David Michael Stith ist DM Stith - „ein in sich geschlossener Kosmos“, der dauerhaft nur von ihm besetzt werden kann. So wie das Universitätszimmer, in dem er hauptberuflich als Kunsttheoretiker tätig ist; so wie eine Geisterstadt, in der niemand sonst wohnt. Ein seltsam vernebeltes Ein-Mann-Projekt, mit dem Stith seine Musik zur Welt bringt und für reichlich Verwirrung sorgt.
Theodor Fontane meinte während seiner Wanderung durch die Mark Brandenburg, dass stetiges Reisen dem Menschen ungeahnte Horizonte eröffne, die anderweitig für immer verschlossen bleiben. DM Stith ist ein Nomade, der schon halb Amerika bewohnte, bereiste und erkundete. Zuletzt stationierte er in New York City und entdeckte dort die Kraft der Musik - unter Mithilfe von Sufjan Stevens und My Brightest Diamond.

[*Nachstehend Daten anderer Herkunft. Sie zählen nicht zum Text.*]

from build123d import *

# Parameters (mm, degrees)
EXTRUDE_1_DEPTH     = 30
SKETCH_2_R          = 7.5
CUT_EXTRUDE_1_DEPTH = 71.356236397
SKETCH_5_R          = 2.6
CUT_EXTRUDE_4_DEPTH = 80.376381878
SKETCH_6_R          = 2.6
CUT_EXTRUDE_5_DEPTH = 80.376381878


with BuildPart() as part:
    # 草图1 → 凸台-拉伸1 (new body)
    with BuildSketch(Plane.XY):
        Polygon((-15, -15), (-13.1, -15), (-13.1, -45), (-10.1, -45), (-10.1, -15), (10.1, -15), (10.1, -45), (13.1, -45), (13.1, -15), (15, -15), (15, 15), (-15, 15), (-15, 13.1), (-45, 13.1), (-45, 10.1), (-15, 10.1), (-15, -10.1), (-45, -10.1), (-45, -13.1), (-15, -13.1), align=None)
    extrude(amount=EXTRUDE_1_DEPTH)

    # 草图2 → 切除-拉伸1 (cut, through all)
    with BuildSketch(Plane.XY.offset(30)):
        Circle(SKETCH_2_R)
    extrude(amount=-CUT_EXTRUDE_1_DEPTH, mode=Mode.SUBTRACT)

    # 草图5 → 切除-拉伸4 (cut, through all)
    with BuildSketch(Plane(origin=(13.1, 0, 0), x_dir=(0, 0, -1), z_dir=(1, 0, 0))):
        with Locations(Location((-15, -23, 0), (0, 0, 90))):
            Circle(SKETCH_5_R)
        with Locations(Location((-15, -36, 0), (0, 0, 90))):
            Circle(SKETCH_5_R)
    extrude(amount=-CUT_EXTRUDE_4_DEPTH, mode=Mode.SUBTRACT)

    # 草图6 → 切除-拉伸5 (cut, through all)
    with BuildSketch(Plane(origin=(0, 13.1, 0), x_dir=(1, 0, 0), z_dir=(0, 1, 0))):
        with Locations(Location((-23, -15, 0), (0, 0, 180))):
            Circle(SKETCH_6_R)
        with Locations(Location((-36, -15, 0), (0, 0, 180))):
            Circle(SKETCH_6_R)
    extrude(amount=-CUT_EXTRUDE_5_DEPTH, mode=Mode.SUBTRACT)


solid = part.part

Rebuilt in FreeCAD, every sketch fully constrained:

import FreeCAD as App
import Part
import Sketcher
from FreeCAD import Vector


def add_polygon(sketch, points):
    """Adds a closed chain of lines whose ends are joined by coincident constraints."""
    first, n = sketch.GeometryCount, len(points)
    for a, b in zip(points, points[1:] + points[:1]):
        sketch.addGeometry(Part.LineSegment(App.Vector(*a, 0), App.Vector(*b, 0)), False)
    for i in range(n):
        sketch.addConstraint(Sketcher.Constraint("Coincident", first + i, 2, first + (i + 1) % n, 1))

doc = App.newDocument("Part")
body = doc.addObject("PartDesign::Body", "Body")

sketch1 = body.newObject("Sketcher::SketchObject", "Sketch")
sketch1.AttachmentSupport = (doc.getObject("XY_Plane"), [""])
sketch1.MapMode = "FlatFace"
add_polygon(sketch1, [(-15, -15), (-13.1, -15), (-13.1, -45), (-10.1, -45), (-10.1, -15), (10.1, -15), (10.1, -45), (13.1, -45), (13.1, -15), (15, -15), (15, 15), (-15, 15), (-15, 13.1), (-45, 13.1), (-45, 10.1), (-15, 10.1), (-15, -10.1), (-45, -10.1), (-45, -13.1), (-15, -13.1)])
sketch1.addConstraint(Sketcher.Constraint("Horizontal", 0))
sketch1.addConstraint(Sketcher.Constraint("Vertical", 1))
sketch1.addConstraint(Sketcher.Constraint("Horizontal", 2))
sketch1.addConstraint(Sketcher.Constraint("Vertical", 3))
sketch1.addConstraint(Sketcher.Constraint("Horizontal", 4))
sketch1.addConstraint(Sketcher.Constraint("Vertical", 5))
sketch1.addConstraint(Sketcher.Constraint("Horizontal", 6))
sketch1.addConstraint(Sketcher.Constraint("Vertical", 7))
sketch1.addConstraint(Sketcher.Constraint("Horizontal", 8))
sketch1.addConstraint(Sketcher.Constraint("Vertical", 9))
sketch1.addConstraint(Sketcher.Constraint("Horizontal", 10))
sketch1.addConstraint(Sketcher.Constraint("Vertical", 11))
sketch1.addConstraint(Sketcher.Constraint("Horizontal", 12))
sketch1.addConstraint(Sketcher.Constraint("Vertical", 13))
sketch1.addConstraint(Sketcher.Constraint("Horizontal", 14))
sketch1.addConstraint(Sketcher.Constraint("Vertical", 15))
sketch1.addConstraint(Sketcher.Constraint("Horizontal", 16))
sketch1.addConstraint(Sketcher.Constraint("Vertical", 17))
sketch1.addConstraint(Sketcher.Constraint("Horizontal", 18))
sketch1.addConstraint(Sketcher.Constraint("Vertical", 19))
sketch1.addConstraint(Sketcher.Constraint("Symmetric", 8, 2, 10, 2, -1, 1))
sketch1.addConstraint(Sketcher.Constraint("Symmetric", 9, 2, 19, 2, -1, 1))
sketch1.addConstraint(Sketcher.Constraint("Symmetric", 2, 2, 5, 2, -2))
sketch1.addConstraint(Sketcher.Constraint("Symmetric", 13, 2, 16, 2, -1))
sketch1.addConstraint(Sketcher.Constraint("Horizontal", 0, 2, 3, 2))
sketch1.addConstraint(Sketcher.Constraint("Vertical", 11, 2, 14, 2))
sketch1.addConstraint(Sketcher.Constraint("Equal", 2, 6))
sketch1.addConstraint(Sketcher.Constraint("Equal", 10, 12))
sketch1.addConstraint(Sketcher.Constraint("Equal", 18, 1))
sketch1.addConstraint(Sketcher.Constraint("Equal", 7, 9))
sketch1.addConstraint(Sketcher.Constraint("Equal", 8, 11))
sketch1.addConstraint(Sketcher.Constraint("Equal", 6, 13))
sketch1.addConstraint(Sketcher.Constraint("Equal", 13, 17))
sketch1.addConstraint(Sketcher.Constraint("DistanceX", 2, 1, 2, 2, 3.0))
sketch1.addConstraint(Sketcher.Constraint("DistanceX", 10, 2, 10, 1, 30.0))
sketch1.addConstraint(Sketcher.Constraint("DistanceX", 0, 1, 0, 2, 1.9))
pad1 = body.newObject("PartDesign::Pad", "Pad")
pad1.Profile = sketch1
pad1.Length = 30

sketch2 = body.newObject("Sketcher::SketchObject", "Sketch001")
sketch2.AttachmentSupport = (doc.getObject("XY_Plane"), [""])
sketch2.MapMode = "FlatFace"
sketch2.AttachmentOffset = App.Placement(Vector(0, 0, 30), App.Rotation())
sketch2.addGeometry(Part.Circle(Vector(0, 0, 0), Vector(0, 0, 1), 8), False)
sketch2.addConstraint(Sketcher.Constraint("Coincident", 0, 3, -1, 1))
sketch2.addConstraint(Sketcher.Constraint("Diameter", 0, 15.0))
pocket1 = body.newObject("PartDesign::Pocket", "Pocket")
pocket1.Profile = sketch2
pocket1.Type = "ThroughAll"

sketch3 = body.newObject("Sketcher::SketchObject", "Sketch002")
sketch3.AttachmentSupport = (doc.getObject("YZ_Plane"), [""])
sketch3.MapMode = "FlatFace"
sketch3.AttachmentOffset = App.Placement(Vector(0, 0, 13.1), App.Rotation())
sketch3.addGeometry(Part.Circle(Vector(-23, 15, 0), Vector(0, 0, 1), 2.6), False)
sketch3.addGeometry(Part.Circle(Vector(-36, 15, 0), Vector(0, 0, 1), 2.6), False)
sketch3.addConstraint(Sketcher.Constraint("Equal", 0, 1))
sketch3.addConstraint(Sketcher.Constraint("Horizontal", 0, 3, 1, 3))
sketch3.addConstraint(Sketcher.Constraint("Diameter", 0, 5.2))
sketch3.addConstraint(Sketcher.Constraint("DistanceX", 0, 3, -1, 1, 23.0))
sketch3.addConstraint(Sketcher.Constraint("DistanceY", -1, 1, 0, 3, 15.0))
sketch3.addConstraint(Sketcher.Constraint("DistanceX", 1, 3, -1, 1, 36.0))
pocket2 = body.newObject("PartDesign::Pocket", "Pocket001")
pocket2.Profile = sketch3
pocket2.Type = "ThroughAll"

sketch4 = body.newObject("Sketcher::SketchObject", "Sketch003")
sketch4.AttachmentSupport = (doc.getObject("XZ_Plane"), [""])
sketch4.MapMode = "FlatFace"
sketch4.AttachmentOffset = App.Placement(Vector(0, 0, -13.1), App.Rotation())
sketch4.addGeometry(Part.Circle(Vector(-23, 15, 0), Vector(0, 0, 1), 2.6), False)
sketch4.addGeometry(Part.Circle(Vector(-36, 15, 0), Vector(0, 0, 1), 2.6), False)
sketch4.addConstraint(Sketcher.Constraint("Equal", 0, 1))
sketch4.addConstraint(Sketcher.Constraint("Horizontal", 0, 3, 1, 3))
sketch4.addConstraint(Sketcher.Constraint("Diameter", 0, 5.2))
sketch4.addConstraint(Sketcher.Constraint("DistanceX", 0, 3, -1, 1, 23.0))
sketch4.addConstraint(Sketcher.Constraint("DistanceY", -1, 1, 0, 3, 15.0))
sketch4.addConstraint(Sketcher.Constraint("DistanceX", 1, 3, -1, 1, 36.0))
pocket3 = body.newObject("PartDesign::Pocket", "Pocket002")
pocket3.Profile = sketch4
pocket3.Type = "ThroughAll"
pocket3.Reversed = True

doc.recompute()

„Ich versuchte schon längere Zeit mein Kunststudium zu beenden, als ich durch meinen damaligen Mitbewohner zahlreiche Musiker kennen lernte. Unter ihnen war auch eine gewisse Sarah Worden, die mir anfangs sehr konfus erschien und ständig von Experimenten sprach. Irgendwann safl sie bei uns in der Wohnung und war von meinen Zimmer als Ort der Inspiration begeistert.“

Jene Sarah Worden aka My Brightest Diamond ist nun hauptverantwortlich dafür, dass wir DM Stiths Debutalbum „Heavy Ghost“ in Empfang nehmen dürfen. Sie brachte mit einer Remixarbeit den Stein ins Rollen und ließ begeistert vom Ergebnis nicht mehr locker.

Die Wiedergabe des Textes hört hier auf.